■ **INSTRUCTIONS TO FOLLOW**: Filter the listing below down to the lines containing the word "BuildSketch".

■ **PROVIDED DATA**:
● ● ● ●
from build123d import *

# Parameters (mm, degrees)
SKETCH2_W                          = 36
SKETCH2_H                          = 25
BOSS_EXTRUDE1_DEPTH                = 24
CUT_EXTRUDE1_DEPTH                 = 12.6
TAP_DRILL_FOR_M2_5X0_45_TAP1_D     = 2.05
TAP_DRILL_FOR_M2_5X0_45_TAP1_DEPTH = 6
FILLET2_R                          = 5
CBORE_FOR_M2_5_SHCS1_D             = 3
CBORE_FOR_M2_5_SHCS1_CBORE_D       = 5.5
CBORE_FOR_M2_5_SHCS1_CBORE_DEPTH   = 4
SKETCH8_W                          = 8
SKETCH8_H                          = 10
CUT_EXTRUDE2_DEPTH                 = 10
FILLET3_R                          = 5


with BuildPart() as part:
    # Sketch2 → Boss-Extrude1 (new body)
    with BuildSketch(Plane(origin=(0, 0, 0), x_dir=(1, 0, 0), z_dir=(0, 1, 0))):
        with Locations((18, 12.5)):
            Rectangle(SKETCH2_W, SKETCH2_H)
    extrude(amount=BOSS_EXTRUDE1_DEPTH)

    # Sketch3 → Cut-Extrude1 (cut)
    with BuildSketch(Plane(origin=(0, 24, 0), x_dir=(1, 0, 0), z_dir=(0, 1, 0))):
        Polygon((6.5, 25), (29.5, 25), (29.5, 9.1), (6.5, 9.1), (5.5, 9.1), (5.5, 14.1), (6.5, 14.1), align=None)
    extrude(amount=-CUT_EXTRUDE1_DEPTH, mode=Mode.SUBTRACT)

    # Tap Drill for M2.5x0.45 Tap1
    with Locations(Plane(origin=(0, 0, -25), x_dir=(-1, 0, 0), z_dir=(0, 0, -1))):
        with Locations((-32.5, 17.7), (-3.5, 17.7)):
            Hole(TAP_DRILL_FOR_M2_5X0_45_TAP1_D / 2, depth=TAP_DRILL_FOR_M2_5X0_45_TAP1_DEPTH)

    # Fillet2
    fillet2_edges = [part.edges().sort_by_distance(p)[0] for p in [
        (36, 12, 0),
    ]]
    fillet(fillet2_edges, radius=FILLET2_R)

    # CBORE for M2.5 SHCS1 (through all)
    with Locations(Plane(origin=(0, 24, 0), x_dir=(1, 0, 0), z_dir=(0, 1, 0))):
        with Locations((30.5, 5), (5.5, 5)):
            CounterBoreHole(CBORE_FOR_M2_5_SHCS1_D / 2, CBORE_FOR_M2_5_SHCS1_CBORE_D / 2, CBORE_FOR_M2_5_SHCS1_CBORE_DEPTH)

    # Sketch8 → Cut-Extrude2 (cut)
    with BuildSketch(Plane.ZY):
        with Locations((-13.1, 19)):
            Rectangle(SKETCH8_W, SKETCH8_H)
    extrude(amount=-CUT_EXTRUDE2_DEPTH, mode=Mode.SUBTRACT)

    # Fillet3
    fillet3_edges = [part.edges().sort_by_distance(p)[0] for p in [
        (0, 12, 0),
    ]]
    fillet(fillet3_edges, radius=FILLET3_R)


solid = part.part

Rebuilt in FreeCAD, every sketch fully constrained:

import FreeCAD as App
import Part
import Sketcher

V = App.Vector


def edges_at(feature, points):
    """Names of the edges that pass closest to the given points."""
    edges = feature.Shape.Edges
    near = lambda p: min(range(len(edges)), key=lambda i: edges[i].distToShape(Part.Vertex(*p))[0])
    return sorted({f"Edge{near(p) + 1}" for p in points})

doc = App.newDocument("Part")
params = doc.addObject("Spreadsheet::Sheet", "Params")
for row, (alias, value) in enumerate([
    ("sketch1_width", "36 mm"),
    ("sketch1_height", "25 mm"),
    ("pad1_length", "24 mm"),
    ("sketch2_width", "23 mm"),
    ("sketch2_width2", "1 mm"),
    ("sketch2_height", "5 mm"),
    ("sketch2_height2", "10.9 mm"),
    ("pocket1_length", "12.6 mm"),
    ("sketch3_diameter", "2.05 mm"),
    ("hole_diameter", "2.05 mm"),
    ("hole_depth", "6 mm"),
    ("fillet_radius", "5 mm"),
    ("sketch4_diameter", "3 mm"),
    ("hole2_diameter", "3 mm"),
    ("hole2_cbore_diameter", "5.5 mm"),
    ("hole2_cbore_depth", "4 mm"),
    ("sketch5_width", "10 mm"),
    ("sketch5_height", "8 mm"),
    ("pocket2_length", "10 mm"),
    ("fillet2_radius", "5 mm"),
], start=1):
    params.set(f"A{row}", alias)
    params.set(f"B{row}", "=" + value)
    params.setAlias(f"B{row}", alias)

body = doc.addObject("PartDesign::Body", "Body")

# Sketch on XZ plane
sketch1 = body.newObject("Sketcher::SketchObject", "Sketch")
sketch1.AttachmentSupport = (doc.getObject("XZ_Plane"), [""])
sketch1.MapMode = "FlatFace"
sketch1.addGeometry(Part.LineSegment(V(0, -25, 0), V(0, 0, 0)), False)
sketch1.addGeometry(Part.LineSegment(V(0, 0, 0), V(36, 0, 0)), False)
sketch1.addGeometry(Part.LineSegment(V(36, 0, 0), V(36, -25, 0)), False)
sketch1.addGeometry(Part.LineSegment(V(36, -25, 0), V(0, -25, 0)), False)
sketch1.addConstraint(Sketcher.Constraint("Coincident", 0, 2, 1, 1))
sketch1.addConstraint(Sketcher.Constraint("Coincident", 1, 2, 2, 1))
sketch1.addConstraint(Sketcher.Constraint("Coincident", 2, 2, 3, 1))
sketch1.addConstraint(Sketcher.Constraint("Coincident", 3, 2, 0, 1))
sketch1.addConstraint(Sketcher.Constraint("Vertical", 0))
sketch1.addConstraint(Sketcher.Constraint("Horizontal", 1))
sketch1.addConstraint(Sketcher.Constraint("Vertical", 2))
sketch1.addConstraint(Sketcher.Constraint("Horizontal", 3))
sketch1.addConstraint(Sketcher.Constraint("Coincident", 0, 2, -1, 1))
sketch1.addConstraint(Sketcher.Constraint("DistanceX", 1, 1, 1, 2, 36.0))
sketch1.addConstraint(Sketcher.Constraint("DistanceY", 0, 1, 0, 2, 25.0))
sketch1.setExpression("Constraints[9]", "Params.sketch1_width")
sketch1.setExpression("Constraints[10]", "Params.sketch1_height")
pad1 = body.newObject("PartDesign::Pad", "Pad")
pad1.Profile = sketch1
pad1.setExpression("Length", "Params.pad1_length")
pad1.Reversed = True

# Sketch on XZ plane
sketch2 = body.newObject("Sketcher::SketchObject", "Sketch001")
sketch2.AttachmentSupport = (doc.getObject("XZ_Plane"), [""])
sketch2.MapMode = "FlatFace"
sketch2.AttachmentOffset = App.Placement(V(0, 0, -24), App.Rotation())
sketch2.addGeometry(Part.LineSegment(V(29.5, -25, 0), V(6.5, -25, 0)), False)
sketch2.addGeometry(Part.LineSegment(V(6.5, -25, 0), V(6.5, -14.1, 0)), False)
sketch2.addGeometry(Part.LineSegment(V(6.5, -14.1, 0), V(5.5, -14.1, 0)), False)
sketch2.addGeometry(Part.LineSegment(V(5.5, -14.1, 0), V(5.5, -9.1, 0)), False)
sketch2.addGeometry(Part.LineSegment(V(5.5, -9.1, 0), V(29.5, -9.1, 0)), False)
sketch2.addGeometry(Part.LineSegment(V(29.5, -9.1, 0), V(29.5, -25, 0)), False)
sketch2.addConstraint(Sketcher.Constraint("Coincident", 0, 2, 1, 1))
sketch2.addConstraint(Sketcher.Constraint("Coincident", 1, 2, 2, 1))
sketch2.addConstraint(Sketcher.Constraint("Coincident", 2, 2, 3, 1))
sketch2.addConstraint(Sketcher.Constraint("Coincident", 3, 2, 4, 1))
sketch2.addConstraint(Sketcher.Constraint("Coincident", 4, 2, 5, 1))
sketch2.addConstraint(Sketcher.Constraint("Coincident", 5, 2, 0, 1))
sketch2.addConstraint(Sketcher.Constraint("Horizontal", 0))
sketch2.addConstraint(Sketcher.Constraint("Vertical", 1))
sketch2.addConstraint(Sketcher.Constraint("Horizontal", 2))
sketch2.addConstraint(Sketcher.Constraint("Vertical", 3))
sketch2.addConstraint(Sketcher.Constraint("Horizontal", 4))
sketch2.addConstraint(Sketcher.Constraint("Vertical", 5))
sketch2.addConstraint(Sketcher.Constraint("DistanceX", 0, 2, 0, 1, 23.0))
sketch2.addConstraint(Sketcher.Constraint("DistanceX", 2, 2, 2, 1, 1.0))
sketch2.addConstraint(Sketcher.Constraint("DistanceY", 3, 1, 3, 2, 5.0))
sketch2.addConstraint(Sketcher.Constraint("DistanceY", 1, 1, 1, 2, 10.9))
sketch2.addConstraint(Sketcher.Constraint("DistanceY", 0, 2, -1, 1, 25.0))
sketch2.addConstraint(Sketcher.Constraint("DistanceX", -1, 1, 0, 2, 6.5))
sketch2.setExpression("Constraints[12]", "Params.sketch2_width")
sketch2.setExpression("Constraints[13]", "Params.sketch2_width2")
sketch2.setExpression("Constraints[14]", "Params.sketch2_height")
sketch2.setExpression("Constraints[15]", "Params.sketch2_height2")
pocket1 = body.newObject("PartDesign::Pocket", "Pocket")
pocket1.Profile = sketch2
pocket1.setExpression("Length", "Params.pocket1_length")
pocket1.Reversed = True

# Sketch on XY plane
sketch3 = body.newObject("Sketcher::SketchObject", "Sketch002")
sketch3.AttachmentSupport = (doc.getObject("XY_Plane"), [""])
sketch3.MapMode = "FlatFace"
sketch3.AttachmentOffset = App.Placement(V(0, 0, -25), App.Rotation())
sketch3.addGeometry(Part.Circle(V(32.5, 17.7, 0), V(0, 0, 1), 1.025), False)
sketch3.addGeometry(Part.Circle(V(3.5, 17.7, 0), V(0, 0, 1), 1.025), False)
sketch3.addConstraint(Sketcher.Constraint("Equal", 0, 1))
sketch3.addConstraint(Sketcher.Constraint("Horizontal", 0, 3, 1, 3))
sketch3.addConstraint(Sketcher.Constraint("Diameter", 0, 2.05))
sketch3.addConstraint(Sketcher.Constraint("DistanceX", 1, 3, 0, 3, 29.0))
sketch3.addConstraint(Sketcher.Constraint("DistanceX", -1, 1, 0, 3, 32.5))
sketch3.addConstraint(Sketcher.Constraint("DistanceY", -1, 1, 0, 3, 17.7))
sketch3.setExpression("Constraints[2]", "Params.sketch3_diameter")
doc.recompute()
hole = body.newObject("PartDesign::Hole", "Hole")
hole.Profile = sketch3
hole.ThreadType = "None"
hole.setExpression("Diameter", "Params.hole_diameter")
hole.DepthType = "Dimension"
hole.setExpression("Depth", "Params.hole_depth")
hole.DrillPoint = "Flat"
hole.Reversed = True
doc.recompute()

fillet = body.newObject("PartDesign::Fillet", "Fillet")
fillet.Base = (hole, edges_at(hole, [(36, 12, 0)]))
fillet.setExpression("Radius", "Params.fillet_radius")

# Sketch on XZ plane
sketch4 = body.newObject("Sketcher::SketchObject", "Sketch003")
sketch4.AttachmentSupport = (doc.getObject("XZ_Plane"), [""])
sketch4.MapMode = "FlatFace"
sketch4.AttachmentOffset = App.Placement(V(0, 0, -24), App.Rotation())
sketch4.addGeometry(Part.Circle(V(30.5, -5, 0), V(0, 0, 1), 1.5), False)
sketch4.addGeometry(Part.Circle(V(5.5, -5, 0), V(0, 0, 1), 1.5), False)
sketch4.addConstraint(Sketcher.Constraint("Equal", 0, 1))
sketch4.addConstraint(Sketcher.Constraint("Horizontal", 0, 3, 1, 3))
sketch4.addConstraint(Sketcher.Constraint("Diameter", 0, 3.0))
sketch4.addConstraint(Sketcher.Constraint("DistanceY", 0, 3, -1, 1, 5.0))
sketch4.addConstraint(Sketcher.Constraint("DistanceX", 1, 3, 0, 3, 25.0))
sketch4.addConstraint(Sketcher.Constraint("DistanceX", -1, 1, 0, 3, 30.5))
sketch4.setExpression("Constraints[2]", "Params.sketch4_diameter")
doc.recompute()
hole2 = body.newObject("PartDesign::Hole", "Hole001")
hole2.Profile = sketch4
hole2.ThreadType = "None"
hole2.setExpression("Diameter", "Params.hole2_diameter")
hole2.DepthType = "ThroughAll"
hole2.HoleCutType = "Counterbore"
hole2.setExpression("HoleCutDiameter", "Params.hole2_cbore_diameter")
hole2.setExpression("HoleCutDepth", "Params.hole2_cbore_depth")
hole2.Reversed = True

# Sketch on YZ plane
sketch5 = body.newObject("Sketcher::SketchObject", "Sketch004")
sketch5.AttachmentSupport = (doc.getObject("YZ_Plane"), [""])
sketch5.MapMode = "FlatFace"
sketch5.addGeometry(Part.LineSegment(V(24, -17.1, 0), V(14, -17.1, 0)), False)
sketch5.addGeometry(Part.LineSegment(V(14, -17.1, 0), V(14, -9.1, 0)), False)
sketch5.addGeometry(Part.LineSegment(V(14, -9.1, 0), V(24, -9.1, 0)), False)
sketch5.addGeometry(Part.LineSegment(V(24, -9.1, 0), V(24, -17.1, 0)), False)
sketch5.addConstraint(Sketcher.Constraint("Coincident", 0, 2, 1, 1))
sketch5.addConstraint(Sketcher.Constraint("Coincident", 1, 2, 2, 1))
sketch5.addConstraint(Sketcher.Constraint("Coincident", 2, 2, 3, 1))
sketch5.addConstraint(Sketcher.Constraint("Coincident", 3, 2, 0, 1))
sketch5.addConstraint(Sketcher.Constraint("Horizontal", 0))
sketch5.addConstraint(Sketcher.Constraint("Vertical", 1))
sketch5.addConstraint(Sketcher.Constraint("Horizontal", 2))
sketch5.addConstraint(Sketcher.Constraint("Vertical", 3))
sketch5.addConstraint(Sketcher.Constraint("DistanceX", 0, 2, 0, 1, 10.0))
sketch5.addConstraint(Sketcher.Constraint("DistanceY", 1, 1, 1, 2, 8.0))
sketch5.addConstraint(Sketcher.Constraint("DistanceX", -1, 1, 0, 2, 14.0))
sketch5.addConstraint(Sketcher.Constraint("DistanceY", 0, 2, -1, 1, 17.1))
sketch5.setExpression("Constraints[8]", "Params.sketch5_width")
sketch5.setExpression("Constraints[9]", "Params.sketch5_height")
pocket2 = body.newObject("PartDesign::Pocket", "Pocket001")
pocket2.Profile = sketch5
pocket2.setExpression("Length", "Params.pocket2_length")
pocket2.Reversed = True
doc.recompute()

fillet2 = body.newObject("PartDesign::Fillet", "Fillet001")
fillet2.Base = (pocket2, edges_at(pocket2, [(0, 12, 0)]))
fillet2.setExpression("Radius", "Params.fillet2_radius")

doc.recompute()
● ● ● ●
■ **ANSWER TO THIS TASK**:
    with BuildSketch(Plane(origin=(0, 0, 0), x_dir=(1, 0, 0), z_dir=(0, 1, 0))):
    with BuildSketch(Plane(origin=(0, 24, 0), x_dir=(1, 0, 0), z_dir=(0, 1, 0))):
    with BuildSketch(Plane.ZY):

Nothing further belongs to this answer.